Our analysis approach involved performing statistical association tests on the probe-level data and subsequently performing segmentation on the probe-level test statistics to identify candidate regions that are associated with PD [46]. Our approach is different from the majority of CNV analyses where candidate CNVs are first identified for each sample, the candidate CNVS are subsequently grouped together to create consensus regions across all samples, and lastly, the consensus regions are tested for associations with the trait of interest [47–49]. There are at least two problematic aspects of this approach. First, there are numerous CNV detection algorithms available and unfortunately, the consensus of these algorithms is very low [40]. Second, it is not a trivial task to define consensus regions across individuals. Thus, the strength of the approach used herein is that it avoids the variability associated with both identifying candidate CNV regions and defining common CNV regions across individuals. Motivation for our approach is shown in simulations presented by Breheny, who found that probe-level testing can offer a significant increase (>12-fold) in power over traditional CNV-level testing [46]. We acknowledge that probe-level testing can be computationally intensive; however, we minimized this issue by performing segmentation only in those regions where there was some indication of a statistical association. A potential weakness with our approach, as shown by Breheny, is that it may not perform as well when CNV are large and rare. Additionally, our approach is not as sensitive when there are duplications and insertions at the same location. These limitations notwithstanding, our probe-level testing approach identified candidate CNVs that were evident in both datasets, as shown in Figure 2.

Conclusion

In summary, we identified five candidate CNV regions [3q26.1 (2 regions), 8q24.22, 11p15.3 and 17q22] that showed evidence of an association with PD. While three of CNV regions were observed in a second dataset [3q26.1 (2 regions), 11p15.3], we were unable to replicate the associations with PD. However, these CNVs have been previously implicated in breast cancer risk as well as other malignancies. Thus, there is a possibility that they did not replicate in the Mayo VTE samples because of the different experimental design, power and/or the different PD measurements. As such, we recommend additional investigations to further examine these CNVs with PD and breast cancer in other populations to better understand genetic mechanisms by which PD may influence breast cancer risk.

Additional files

Additional file 1:

CNV analysis procedure.
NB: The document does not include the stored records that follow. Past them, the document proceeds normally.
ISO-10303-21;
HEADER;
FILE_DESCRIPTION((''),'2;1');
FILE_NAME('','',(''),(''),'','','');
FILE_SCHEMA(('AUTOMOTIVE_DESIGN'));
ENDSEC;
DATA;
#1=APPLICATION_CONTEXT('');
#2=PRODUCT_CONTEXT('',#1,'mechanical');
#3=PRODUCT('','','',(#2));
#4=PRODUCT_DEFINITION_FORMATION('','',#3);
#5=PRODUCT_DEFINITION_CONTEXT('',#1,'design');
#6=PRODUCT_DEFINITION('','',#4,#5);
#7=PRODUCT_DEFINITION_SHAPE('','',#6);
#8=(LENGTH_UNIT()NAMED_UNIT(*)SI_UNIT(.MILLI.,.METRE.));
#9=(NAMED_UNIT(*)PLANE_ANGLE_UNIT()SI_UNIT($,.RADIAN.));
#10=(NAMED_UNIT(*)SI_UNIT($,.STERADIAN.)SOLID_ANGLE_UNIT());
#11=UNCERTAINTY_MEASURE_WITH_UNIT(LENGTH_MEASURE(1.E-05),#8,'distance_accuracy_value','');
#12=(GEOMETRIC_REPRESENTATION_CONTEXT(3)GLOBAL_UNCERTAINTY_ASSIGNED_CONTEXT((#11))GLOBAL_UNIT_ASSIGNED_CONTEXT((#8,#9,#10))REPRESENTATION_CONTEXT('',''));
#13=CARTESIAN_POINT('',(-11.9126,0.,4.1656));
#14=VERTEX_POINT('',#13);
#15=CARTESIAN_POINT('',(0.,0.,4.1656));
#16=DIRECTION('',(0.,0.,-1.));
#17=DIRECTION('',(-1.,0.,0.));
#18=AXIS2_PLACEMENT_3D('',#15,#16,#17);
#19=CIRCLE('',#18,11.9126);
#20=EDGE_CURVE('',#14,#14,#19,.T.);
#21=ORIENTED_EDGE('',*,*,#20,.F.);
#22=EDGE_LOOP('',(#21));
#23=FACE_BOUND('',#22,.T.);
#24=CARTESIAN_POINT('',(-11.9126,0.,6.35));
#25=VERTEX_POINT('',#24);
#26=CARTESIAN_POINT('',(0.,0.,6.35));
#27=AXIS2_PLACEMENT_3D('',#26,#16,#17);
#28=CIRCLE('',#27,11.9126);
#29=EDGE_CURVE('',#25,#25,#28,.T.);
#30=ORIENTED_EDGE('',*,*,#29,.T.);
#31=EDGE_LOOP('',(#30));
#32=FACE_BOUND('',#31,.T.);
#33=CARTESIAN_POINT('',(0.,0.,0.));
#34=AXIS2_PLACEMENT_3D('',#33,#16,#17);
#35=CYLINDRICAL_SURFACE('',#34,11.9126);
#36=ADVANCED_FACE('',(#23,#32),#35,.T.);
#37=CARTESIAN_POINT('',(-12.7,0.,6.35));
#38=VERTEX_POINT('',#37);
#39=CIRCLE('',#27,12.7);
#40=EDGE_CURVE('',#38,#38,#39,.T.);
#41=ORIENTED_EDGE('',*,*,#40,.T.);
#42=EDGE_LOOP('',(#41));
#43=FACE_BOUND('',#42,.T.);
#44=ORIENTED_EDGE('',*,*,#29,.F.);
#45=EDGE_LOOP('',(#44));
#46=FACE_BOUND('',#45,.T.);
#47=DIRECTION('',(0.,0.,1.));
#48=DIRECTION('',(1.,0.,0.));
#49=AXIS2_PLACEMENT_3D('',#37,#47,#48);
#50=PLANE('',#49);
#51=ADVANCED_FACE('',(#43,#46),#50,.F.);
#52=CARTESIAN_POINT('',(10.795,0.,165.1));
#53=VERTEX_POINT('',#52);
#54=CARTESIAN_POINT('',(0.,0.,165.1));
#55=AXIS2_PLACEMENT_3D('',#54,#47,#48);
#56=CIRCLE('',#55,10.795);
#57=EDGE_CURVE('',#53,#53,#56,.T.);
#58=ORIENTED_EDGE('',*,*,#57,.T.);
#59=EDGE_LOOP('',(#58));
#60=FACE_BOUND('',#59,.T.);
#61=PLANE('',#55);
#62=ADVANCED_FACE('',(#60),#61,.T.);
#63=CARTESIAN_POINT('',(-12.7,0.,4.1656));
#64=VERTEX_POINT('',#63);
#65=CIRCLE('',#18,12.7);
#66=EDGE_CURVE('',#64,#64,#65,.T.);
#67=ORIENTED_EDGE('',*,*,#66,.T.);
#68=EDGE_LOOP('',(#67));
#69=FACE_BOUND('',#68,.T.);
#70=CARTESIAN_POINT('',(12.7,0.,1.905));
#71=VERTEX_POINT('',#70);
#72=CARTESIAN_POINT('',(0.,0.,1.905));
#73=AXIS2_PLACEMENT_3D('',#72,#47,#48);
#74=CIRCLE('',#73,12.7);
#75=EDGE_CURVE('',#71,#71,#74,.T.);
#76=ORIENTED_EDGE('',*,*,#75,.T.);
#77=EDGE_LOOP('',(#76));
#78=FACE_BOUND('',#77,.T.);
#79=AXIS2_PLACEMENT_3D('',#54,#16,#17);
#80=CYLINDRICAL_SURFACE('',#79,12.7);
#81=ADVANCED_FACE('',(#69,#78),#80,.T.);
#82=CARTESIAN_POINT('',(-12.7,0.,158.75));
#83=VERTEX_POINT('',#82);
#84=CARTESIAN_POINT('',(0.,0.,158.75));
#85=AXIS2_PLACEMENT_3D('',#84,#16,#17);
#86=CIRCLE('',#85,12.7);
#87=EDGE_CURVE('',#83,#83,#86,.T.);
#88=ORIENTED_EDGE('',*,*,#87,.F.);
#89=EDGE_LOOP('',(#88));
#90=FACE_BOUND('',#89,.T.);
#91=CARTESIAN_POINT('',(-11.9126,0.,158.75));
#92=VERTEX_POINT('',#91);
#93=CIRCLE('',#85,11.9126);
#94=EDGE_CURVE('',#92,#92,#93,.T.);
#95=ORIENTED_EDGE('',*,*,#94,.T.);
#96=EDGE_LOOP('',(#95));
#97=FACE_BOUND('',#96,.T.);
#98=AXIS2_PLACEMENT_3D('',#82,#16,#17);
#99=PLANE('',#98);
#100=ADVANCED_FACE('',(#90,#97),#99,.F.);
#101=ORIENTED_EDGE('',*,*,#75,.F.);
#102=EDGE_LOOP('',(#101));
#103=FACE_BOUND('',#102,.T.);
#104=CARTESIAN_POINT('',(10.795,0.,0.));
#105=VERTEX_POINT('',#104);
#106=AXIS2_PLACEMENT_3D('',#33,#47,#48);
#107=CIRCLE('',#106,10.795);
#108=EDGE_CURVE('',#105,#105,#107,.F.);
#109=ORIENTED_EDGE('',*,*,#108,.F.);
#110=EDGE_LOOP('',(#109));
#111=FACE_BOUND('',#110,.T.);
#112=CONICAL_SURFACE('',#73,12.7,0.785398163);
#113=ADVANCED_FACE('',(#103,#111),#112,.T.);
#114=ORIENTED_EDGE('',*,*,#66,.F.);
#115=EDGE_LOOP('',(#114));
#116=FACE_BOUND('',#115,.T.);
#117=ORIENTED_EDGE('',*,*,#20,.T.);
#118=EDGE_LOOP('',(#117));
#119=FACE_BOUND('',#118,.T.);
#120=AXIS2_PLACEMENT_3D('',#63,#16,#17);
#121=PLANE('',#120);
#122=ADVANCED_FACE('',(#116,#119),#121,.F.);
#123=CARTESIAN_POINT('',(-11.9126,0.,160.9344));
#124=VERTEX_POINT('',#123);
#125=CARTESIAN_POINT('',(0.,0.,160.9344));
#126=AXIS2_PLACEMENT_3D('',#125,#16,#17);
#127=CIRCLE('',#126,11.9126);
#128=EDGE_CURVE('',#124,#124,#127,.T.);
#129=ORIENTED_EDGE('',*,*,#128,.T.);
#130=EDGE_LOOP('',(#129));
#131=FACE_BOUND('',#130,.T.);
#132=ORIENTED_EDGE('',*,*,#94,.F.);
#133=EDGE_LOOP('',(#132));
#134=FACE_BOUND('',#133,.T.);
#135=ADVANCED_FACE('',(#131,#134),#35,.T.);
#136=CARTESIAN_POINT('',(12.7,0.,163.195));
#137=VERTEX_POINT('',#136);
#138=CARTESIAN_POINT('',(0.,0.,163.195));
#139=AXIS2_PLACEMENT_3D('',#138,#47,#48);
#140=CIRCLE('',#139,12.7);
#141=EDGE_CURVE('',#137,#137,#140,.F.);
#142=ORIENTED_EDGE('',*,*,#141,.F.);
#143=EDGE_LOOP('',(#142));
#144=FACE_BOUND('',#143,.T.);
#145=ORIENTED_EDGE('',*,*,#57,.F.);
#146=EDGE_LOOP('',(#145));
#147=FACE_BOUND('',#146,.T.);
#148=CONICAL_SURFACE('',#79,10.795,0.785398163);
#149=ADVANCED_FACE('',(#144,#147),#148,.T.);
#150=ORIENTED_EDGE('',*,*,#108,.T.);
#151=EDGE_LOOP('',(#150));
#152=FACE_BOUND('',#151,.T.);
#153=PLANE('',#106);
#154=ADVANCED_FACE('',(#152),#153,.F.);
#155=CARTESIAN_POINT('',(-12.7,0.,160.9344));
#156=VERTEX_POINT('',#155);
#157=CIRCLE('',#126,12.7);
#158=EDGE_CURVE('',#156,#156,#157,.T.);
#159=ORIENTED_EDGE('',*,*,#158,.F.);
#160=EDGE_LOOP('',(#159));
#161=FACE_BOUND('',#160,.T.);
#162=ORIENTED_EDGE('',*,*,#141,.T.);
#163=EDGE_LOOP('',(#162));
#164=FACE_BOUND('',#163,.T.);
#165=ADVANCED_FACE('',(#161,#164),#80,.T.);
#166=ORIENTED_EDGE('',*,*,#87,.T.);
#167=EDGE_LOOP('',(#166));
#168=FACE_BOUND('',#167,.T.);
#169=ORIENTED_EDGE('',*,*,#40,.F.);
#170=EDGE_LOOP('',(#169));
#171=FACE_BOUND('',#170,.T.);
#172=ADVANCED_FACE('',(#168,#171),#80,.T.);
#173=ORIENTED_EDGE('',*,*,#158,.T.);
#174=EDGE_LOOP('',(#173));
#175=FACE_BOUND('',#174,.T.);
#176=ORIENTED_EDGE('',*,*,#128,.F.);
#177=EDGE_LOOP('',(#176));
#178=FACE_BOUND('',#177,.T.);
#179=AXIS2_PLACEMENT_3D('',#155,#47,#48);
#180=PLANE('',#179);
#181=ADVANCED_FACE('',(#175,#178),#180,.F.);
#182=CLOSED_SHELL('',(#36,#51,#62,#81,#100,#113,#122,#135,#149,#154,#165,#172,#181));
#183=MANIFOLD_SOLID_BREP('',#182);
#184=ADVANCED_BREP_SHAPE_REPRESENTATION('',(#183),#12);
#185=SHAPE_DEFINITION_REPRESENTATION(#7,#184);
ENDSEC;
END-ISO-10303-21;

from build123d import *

# Parameters (mm, degrees)
SKETCH1_R           = 12.7
BOSS_EXTRUDE1_DEPTH = 165.1
SKETCH2_W           = 0.7874
SKETCH2_H           = 2.1844
CHAMFER1_SIZE       = 1.905


with BuildPart() as part:
    # Sketch1 → Boss-Extrude1 (new body)
    with BuildSketch(Plane.XY):
        Circle(SKETCH1_R)
    extrude(amount=BOSS_EXTRUDE1_DEPTH)

    # Sketch2 → Cut-Revolve1 (revolve, cut)
    with BuildSketch(Plane(origin=(0, 0, 0), x_dir=(1, 0, 0), z_dir=(0, 1, 0))):
        with Locations((-12.3063, -5.2578)):
            Rectangle(SKETCH2_W, SKETCH2_H)
        with Locations((-12.3063, -159.8422)):
            Rectangle(SKETCH2_W, SKETCH2_H)
    revolve(axis=Axis((0, 0, 0), (0, 0, 1)), mode=Mode.SUBTRACT)

    # Chamfer1
    chamfer1_edges = [part.edges().sort_by_distance(p)[0] for p in [
        (-12.7, 0, 0),
        (-12.7, 0, 165.1),
    ]]
    chamfer(chamfer1_edges, length=CHAMFER1_SIZE)


solid = part.part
This flowchart represents the steps that were used to identify candidate CNV regions that are associated with PD.

Additional file 2:

Study-specific genotyping details for discovery (MBCFS) and replication (Mayo VTE).

Additional file 3:

48 candidate regions were identified in the data reduction step of the analysis (described in Supplementary Figure 1). Subsequently, five regions were identified as having a statistically-significant association with percent density in MBCFS.

Additional file 4:

LRR values from the Mayo Breast Cancer Family Study (MBCFS) and the Mayo VTE control samples for 3q26.1 [2 regions]. Each line represents a sample and the colors represent different CNV patterns.

Additional file 5:

LRR values from the Mayo Breast Cancer Family Study (MBCFS) and the Mayo VTE control samples for 8q24.22. Each line represents a sample and the colors represent different CNV patterns.

Additional file 6:

LRR values from the Mayo Breast Cancer Family Study (MBCFS) and the Mayo VTE control samples for 11p15.3. Each line represents a sample and the colors represent different CNV patterns.

Additional file 7:

LRR values from the Mayo Breast Cancer Family Study (MBCFS) and the Mayo VTE control samples for 17q22. Each line represents a sample and the colors represent different CNV patterns.

Additional file 8:

Candidate CNVs and SNP associations with PD for the two regions that had significant associations in the Mayo VTE samples: (A) 3q26.1 [2 regions] and (B) 17q22. For validating the candidate CNVs that were found to be associated with PD in the MBCFS study, we performed probe-specific tests and subsequently performed segmentation on the test-statistics in the Mayo VTE samples. P-values were computed from permutation tests and were based on how many times the observed test-statistic, exceeded the permutation test statistics (using 10,000 permutations). Red circles denote CNV probes, black dots denote SNPs, the blue line denotes recombination rate, green lines denote genes, and the grey shaded areas denote the CNV region.

Additional file 9:

Coefficients and permutation based p-values for chromosome 3 and 17 using the discovery (MBCFS) and replication (Mayo VTE) cohorts.

Abbreviations

BAF

B-allele frequency

BMI

body mass index

CBS

circular binary segmentation

CNV

copy number variation

GWAS

genome-wide association studies

LRR

log R ratio

MBCFS

Minnesota breast cancer family study

percent mammographic density

SNP

single nucleotide polymorphism

Mayo VTE

venous thromboembolism Case–Control Study

Authors’ contributions

CV, EA and JE conceived of the study and drafted the manuscript, with significant input and revision by AG. EA, JE, and VP directed the statistical analysis. AW and CS performed the statistical analysis and TS, FC and CV designed and conducted analyses of the MBCFS cohort, including the GWAS. FFW carried out the phenotype acquisition. DR helped with the study design. JH and MdA carried out the Mayo VTE study. JM helped with study design and critical review of the manuscript. All authors read and approved the final manuscript.

Acknowledgements

We acknowledge Stanley Pounds at St. Jude Children’s Research-Hospital, Memphis, TN, USA for his assistance with the statistical methodology. We also acknowledge the women who were participants in the MBCFS and Mayo VTE studies. The authors would like to thank Dr. Steven Hart for his guidance with utilization of the ENCODE database. This work was supported by National Institutes of Health Grant R01 CA128931, Mayo Clinic Breast Cancer SPORE, P50 CA116201 and the Cancer Center Support Grant, P30 CA15083. The Mayo VTE was supported by National Heart, Lung and Blood Institute Grant HL83131; National Human Genome Research Institute grant HG04735; National Cancer Institute Grant CA92153; and Centers for Disease Control Grant DD000235.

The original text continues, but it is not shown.